# Looking for....



## Horsesaplenty (Jan 9, 2013)

A busier endurance forum  . Want to read about adventures and learn from others 
_Posted via Mobile Device_


----------



## tinyliny (Oct 31, 2009)

I am sorry that you aren't finding enough to stimulate you here. But, just to let you know, that our rules disallow the posting of links to other online forums, so you will not get replies to your question. 

One way to liven the forum is to post more threads yourself. I know nothing about endurance. but, i'd like to hear about what YOU know.


----------



## Horsesaplenty (Jan 9, 2013)

tinyliny said:


> I am sorry that you aren't finding enough to stimulate you here. But, just to let you know, that our rules disallow the posting of links to other online forums, so you will not get replies to your question.
> 
> One way to liven the forum is to post more threads yourself. I know nothing about endurance. but, i'd like to hear about what YOU know.

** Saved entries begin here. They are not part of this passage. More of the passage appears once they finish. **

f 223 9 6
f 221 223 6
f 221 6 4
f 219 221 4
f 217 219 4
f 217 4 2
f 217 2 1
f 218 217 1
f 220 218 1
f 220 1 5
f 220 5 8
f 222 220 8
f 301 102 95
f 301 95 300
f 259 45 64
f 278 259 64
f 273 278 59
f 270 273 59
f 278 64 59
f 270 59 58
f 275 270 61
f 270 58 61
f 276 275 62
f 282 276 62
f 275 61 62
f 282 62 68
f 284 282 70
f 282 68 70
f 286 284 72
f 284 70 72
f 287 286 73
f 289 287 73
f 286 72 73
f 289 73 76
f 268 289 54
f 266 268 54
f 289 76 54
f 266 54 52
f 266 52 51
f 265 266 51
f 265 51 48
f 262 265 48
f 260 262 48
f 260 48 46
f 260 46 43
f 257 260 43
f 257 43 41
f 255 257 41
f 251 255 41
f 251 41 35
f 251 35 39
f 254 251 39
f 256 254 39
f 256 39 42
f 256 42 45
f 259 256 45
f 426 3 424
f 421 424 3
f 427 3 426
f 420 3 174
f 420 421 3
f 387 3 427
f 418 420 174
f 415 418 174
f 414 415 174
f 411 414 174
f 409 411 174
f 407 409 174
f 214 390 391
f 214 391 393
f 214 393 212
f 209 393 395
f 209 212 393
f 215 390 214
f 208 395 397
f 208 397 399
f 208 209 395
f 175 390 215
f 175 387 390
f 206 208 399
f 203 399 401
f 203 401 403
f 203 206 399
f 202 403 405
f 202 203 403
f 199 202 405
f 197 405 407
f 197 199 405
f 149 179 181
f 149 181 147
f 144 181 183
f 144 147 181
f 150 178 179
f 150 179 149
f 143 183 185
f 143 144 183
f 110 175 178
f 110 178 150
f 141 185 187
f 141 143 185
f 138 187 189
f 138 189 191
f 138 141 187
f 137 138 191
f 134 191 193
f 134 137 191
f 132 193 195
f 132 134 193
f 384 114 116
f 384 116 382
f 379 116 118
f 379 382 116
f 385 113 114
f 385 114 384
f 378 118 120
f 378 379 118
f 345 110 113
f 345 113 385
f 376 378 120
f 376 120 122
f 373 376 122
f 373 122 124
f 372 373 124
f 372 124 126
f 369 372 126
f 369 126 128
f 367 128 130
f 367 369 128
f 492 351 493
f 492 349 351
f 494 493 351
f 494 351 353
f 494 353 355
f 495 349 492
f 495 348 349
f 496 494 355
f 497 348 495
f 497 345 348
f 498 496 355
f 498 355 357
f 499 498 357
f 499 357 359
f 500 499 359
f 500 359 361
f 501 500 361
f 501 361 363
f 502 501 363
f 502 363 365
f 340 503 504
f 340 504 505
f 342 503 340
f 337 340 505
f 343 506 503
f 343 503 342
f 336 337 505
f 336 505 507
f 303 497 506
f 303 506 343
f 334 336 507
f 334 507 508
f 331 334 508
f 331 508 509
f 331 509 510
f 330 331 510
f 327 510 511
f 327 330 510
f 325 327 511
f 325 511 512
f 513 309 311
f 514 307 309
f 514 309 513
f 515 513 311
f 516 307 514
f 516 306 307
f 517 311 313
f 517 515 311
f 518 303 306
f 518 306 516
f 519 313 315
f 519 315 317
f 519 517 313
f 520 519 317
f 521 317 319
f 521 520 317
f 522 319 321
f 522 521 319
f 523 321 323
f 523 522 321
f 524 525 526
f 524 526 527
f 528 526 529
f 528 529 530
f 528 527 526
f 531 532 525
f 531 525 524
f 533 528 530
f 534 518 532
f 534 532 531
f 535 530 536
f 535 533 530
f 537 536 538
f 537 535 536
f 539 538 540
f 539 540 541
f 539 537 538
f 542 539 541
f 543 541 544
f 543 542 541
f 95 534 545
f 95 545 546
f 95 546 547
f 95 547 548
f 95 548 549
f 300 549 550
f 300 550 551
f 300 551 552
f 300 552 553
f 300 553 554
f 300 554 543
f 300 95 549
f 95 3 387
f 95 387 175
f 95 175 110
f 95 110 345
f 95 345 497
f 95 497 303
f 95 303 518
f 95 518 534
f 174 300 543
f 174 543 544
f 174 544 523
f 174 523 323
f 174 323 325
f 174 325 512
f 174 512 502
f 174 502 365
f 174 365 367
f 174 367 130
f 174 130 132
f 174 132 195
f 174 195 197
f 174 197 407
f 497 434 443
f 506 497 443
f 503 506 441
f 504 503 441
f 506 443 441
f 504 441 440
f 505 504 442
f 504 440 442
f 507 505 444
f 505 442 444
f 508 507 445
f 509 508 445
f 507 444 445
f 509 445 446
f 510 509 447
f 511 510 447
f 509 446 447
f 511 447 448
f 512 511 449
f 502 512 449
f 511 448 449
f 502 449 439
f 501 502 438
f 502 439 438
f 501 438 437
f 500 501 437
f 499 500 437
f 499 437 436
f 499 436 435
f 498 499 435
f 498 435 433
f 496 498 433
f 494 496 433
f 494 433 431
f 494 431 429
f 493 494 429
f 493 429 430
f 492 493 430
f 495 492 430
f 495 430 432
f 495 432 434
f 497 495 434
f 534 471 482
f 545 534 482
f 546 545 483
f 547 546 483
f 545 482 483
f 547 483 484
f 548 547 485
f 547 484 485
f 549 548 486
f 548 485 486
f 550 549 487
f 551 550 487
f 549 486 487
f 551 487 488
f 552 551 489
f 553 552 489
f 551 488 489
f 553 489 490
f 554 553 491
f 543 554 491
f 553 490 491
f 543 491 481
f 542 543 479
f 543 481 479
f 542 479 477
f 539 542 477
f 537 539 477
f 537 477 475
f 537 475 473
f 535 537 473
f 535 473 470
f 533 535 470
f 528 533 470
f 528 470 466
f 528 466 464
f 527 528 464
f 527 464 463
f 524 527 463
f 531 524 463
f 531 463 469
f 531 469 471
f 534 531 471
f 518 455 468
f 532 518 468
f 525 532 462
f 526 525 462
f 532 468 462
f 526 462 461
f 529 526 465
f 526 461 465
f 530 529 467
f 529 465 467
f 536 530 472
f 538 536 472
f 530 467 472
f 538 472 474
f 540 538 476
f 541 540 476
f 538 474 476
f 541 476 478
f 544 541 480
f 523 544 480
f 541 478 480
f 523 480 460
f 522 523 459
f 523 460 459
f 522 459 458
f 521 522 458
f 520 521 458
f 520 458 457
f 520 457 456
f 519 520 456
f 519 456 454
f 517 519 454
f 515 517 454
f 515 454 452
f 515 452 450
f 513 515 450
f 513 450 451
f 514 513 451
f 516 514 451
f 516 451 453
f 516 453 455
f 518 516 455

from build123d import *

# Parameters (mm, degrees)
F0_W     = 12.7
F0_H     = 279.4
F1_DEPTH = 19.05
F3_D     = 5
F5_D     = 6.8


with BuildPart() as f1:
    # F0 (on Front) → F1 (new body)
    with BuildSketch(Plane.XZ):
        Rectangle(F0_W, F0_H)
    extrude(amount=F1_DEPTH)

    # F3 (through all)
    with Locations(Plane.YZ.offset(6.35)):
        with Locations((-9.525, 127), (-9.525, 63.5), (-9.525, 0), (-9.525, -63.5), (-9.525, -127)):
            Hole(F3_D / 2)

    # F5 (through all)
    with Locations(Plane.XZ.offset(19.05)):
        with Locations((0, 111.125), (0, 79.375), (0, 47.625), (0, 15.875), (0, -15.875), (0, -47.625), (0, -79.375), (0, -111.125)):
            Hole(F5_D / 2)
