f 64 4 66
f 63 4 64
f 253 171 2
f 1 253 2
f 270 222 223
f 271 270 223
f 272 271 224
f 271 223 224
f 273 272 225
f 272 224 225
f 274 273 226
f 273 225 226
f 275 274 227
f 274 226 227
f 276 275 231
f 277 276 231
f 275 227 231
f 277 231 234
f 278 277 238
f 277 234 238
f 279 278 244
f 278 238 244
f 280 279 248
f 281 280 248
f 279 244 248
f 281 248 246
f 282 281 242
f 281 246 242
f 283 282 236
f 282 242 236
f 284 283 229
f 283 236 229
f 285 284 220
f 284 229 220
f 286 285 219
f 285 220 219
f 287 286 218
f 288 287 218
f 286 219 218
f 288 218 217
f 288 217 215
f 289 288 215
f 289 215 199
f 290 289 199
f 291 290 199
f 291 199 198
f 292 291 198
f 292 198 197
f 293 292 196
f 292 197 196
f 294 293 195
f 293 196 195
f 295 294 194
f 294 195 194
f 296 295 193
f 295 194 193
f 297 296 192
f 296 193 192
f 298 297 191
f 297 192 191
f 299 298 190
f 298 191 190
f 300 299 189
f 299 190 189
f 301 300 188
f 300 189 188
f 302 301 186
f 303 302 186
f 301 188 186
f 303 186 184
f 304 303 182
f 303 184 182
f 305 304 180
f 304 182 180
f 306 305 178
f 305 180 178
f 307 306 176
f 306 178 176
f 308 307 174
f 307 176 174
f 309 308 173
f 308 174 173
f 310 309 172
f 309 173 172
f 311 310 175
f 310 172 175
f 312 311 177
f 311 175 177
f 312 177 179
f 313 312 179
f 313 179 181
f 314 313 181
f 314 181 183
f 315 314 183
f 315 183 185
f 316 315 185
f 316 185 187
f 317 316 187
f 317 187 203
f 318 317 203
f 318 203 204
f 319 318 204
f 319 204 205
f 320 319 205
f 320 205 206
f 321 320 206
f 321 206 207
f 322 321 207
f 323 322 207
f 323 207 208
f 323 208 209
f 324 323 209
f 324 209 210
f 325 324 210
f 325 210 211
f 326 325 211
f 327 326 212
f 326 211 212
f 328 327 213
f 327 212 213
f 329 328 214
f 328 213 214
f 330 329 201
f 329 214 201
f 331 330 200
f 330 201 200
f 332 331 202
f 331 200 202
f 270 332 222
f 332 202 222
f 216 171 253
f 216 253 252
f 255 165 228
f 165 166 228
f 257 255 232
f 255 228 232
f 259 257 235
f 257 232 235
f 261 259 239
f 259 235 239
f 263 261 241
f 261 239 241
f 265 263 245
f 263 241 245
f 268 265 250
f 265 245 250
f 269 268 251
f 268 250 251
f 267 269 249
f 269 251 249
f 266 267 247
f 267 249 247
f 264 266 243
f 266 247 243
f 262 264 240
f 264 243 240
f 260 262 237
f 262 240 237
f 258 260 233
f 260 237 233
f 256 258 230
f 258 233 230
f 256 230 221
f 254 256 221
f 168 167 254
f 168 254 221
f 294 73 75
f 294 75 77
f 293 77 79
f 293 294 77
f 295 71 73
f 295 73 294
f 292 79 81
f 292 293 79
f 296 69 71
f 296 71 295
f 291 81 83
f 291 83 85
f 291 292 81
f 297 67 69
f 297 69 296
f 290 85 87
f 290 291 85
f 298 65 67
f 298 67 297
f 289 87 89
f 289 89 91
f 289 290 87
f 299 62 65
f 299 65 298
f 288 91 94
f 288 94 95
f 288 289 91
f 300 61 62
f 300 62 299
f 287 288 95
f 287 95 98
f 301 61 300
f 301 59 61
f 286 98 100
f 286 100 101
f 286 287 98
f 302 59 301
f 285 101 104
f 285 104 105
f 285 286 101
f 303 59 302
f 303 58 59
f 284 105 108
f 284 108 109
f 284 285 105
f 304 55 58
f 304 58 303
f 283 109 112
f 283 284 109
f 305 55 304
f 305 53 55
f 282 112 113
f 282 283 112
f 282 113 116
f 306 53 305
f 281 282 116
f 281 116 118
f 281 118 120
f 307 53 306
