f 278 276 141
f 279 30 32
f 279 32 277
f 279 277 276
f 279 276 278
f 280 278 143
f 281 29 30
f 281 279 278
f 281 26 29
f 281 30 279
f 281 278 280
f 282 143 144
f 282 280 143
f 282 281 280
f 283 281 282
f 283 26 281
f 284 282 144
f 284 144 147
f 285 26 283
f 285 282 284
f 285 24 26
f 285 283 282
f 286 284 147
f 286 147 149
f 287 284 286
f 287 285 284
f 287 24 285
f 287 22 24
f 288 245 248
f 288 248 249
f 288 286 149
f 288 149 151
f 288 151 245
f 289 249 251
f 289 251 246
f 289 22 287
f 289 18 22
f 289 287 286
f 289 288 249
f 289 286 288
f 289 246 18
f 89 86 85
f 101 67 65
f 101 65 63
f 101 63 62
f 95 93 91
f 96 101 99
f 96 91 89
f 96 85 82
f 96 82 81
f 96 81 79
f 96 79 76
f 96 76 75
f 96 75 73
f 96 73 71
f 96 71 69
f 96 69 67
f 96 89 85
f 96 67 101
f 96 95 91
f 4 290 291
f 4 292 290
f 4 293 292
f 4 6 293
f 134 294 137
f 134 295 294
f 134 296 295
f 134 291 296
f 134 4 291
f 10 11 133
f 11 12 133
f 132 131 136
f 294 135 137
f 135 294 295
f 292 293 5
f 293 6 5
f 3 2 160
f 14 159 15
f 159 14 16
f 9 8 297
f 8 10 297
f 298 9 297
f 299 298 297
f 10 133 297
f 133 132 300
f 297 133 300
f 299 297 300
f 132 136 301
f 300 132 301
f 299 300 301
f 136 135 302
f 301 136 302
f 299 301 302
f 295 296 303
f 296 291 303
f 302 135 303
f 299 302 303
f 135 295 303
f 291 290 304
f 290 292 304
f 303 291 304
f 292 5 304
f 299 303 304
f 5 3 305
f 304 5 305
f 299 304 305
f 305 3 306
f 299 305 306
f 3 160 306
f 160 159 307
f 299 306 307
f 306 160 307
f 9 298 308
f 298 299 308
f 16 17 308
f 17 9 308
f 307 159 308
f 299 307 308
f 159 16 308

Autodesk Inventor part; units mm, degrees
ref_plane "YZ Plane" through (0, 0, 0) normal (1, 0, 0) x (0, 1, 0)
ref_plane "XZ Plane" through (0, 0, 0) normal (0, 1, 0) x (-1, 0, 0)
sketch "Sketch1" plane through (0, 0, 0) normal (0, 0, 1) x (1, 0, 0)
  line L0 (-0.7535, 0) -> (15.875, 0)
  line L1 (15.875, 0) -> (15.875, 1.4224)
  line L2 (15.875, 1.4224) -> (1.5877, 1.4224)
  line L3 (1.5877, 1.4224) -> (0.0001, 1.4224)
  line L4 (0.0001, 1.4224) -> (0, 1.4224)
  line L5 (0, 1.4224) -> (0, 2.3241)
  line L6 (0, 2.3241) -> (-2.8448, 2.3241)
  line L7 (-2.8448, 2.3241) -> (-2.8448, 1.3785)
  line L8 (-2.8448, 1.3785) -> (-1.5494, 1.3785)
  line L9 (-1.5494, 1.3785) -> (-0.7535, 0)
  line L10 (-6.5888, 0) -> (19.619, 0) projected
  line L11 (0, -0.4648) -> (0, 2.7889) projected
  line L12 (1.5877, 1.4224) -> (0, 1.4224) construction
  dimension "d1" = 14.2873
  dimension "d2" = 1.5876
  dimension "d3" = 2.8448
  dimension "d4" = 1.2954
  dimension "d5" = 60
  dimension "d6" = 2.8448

That's the problem, I don't know enough to be posting about various issues and I have asked a number of questions that have received answers, but we are few in number on this forum 

I see nothing wrong with helping each other out to gain more knowledge , it's just that I need more now to help me prepare.

Thanks Prairiewind!


----------



## prairiewindlady (Sep 20, 2011)

You're welcome - glad I could help! Interesting that my reply got deleted anyway, even though it didn't contain any links. Glad you saw it before it was
_Posted via Mobile Device_


----------



## greentree (Feb 27, 2013)

Well, they do not have to be links, do they? Try Karen Chaton's End. ride stuff, she has TONS of info, and links to other sites. My neighbor down the road and I are extremely jealous of her, she seems to be independently wealthy, enough to train ALL the time, and travel a LOT to rides! She seems like someone you could just call up and she would chat.

Nancy


----------



## Horsesaplenty (Jan 9, 2013)

greentree said:


> Well, they do not have to be links, do they? Try Karen Chaton's End. ride stuff, she has TONS of info, and links to other sites. My neighbor down the road and I are extremely jealous of her, she seems to be independently wealthy, enough to train ALL the time, and travel a LOT to rides! She seems like someone you could just call up and she would chat.
> 
> Nancy


Thanks Greentree. Even a mention seems to get your post deleted so this may be gone later  Prairiewind's was removed and no link was included.


----------



## Horsesaplenty (Jan 9, 2013)

I found her...and I have read some of her blog when searching up something before . I bookmarked it now


----------



## Sharpie (May 24, 2009)

I think I've read ALL of Karen's blog- lots of good info there, and some good stories, to boot! I like AERC on facebook if you have a FB account. Pretty busy there and I've seen a couple HF folks comment on there too, so we have crossover already! They do allow sale ads though, so sometimes you've got to sift past those a bit.


----------



## prairiewindlady (Sep 20, 2011)

Sharpie, that was my suggestion as well It was promptly deleted though ....
_Posted via Mobile Device_


----------



## Horsesaplenty (Jan 9, 2013)

We will prevail 

It's all good. I found some and appreciate y'all helping me out. I need a fairly busy board because I'm learning. One can't give much advice when knowledge is beyond ones grasp


----------



## phantomhorse13 (Feb 18, 2011)

If I may make a suggestion about reading some of the more, umm, verbose, endurance forums.. please take the time to do a bit of background checking on the people giving the advice, esp if you are reading Ridecamp or some of the fb groups.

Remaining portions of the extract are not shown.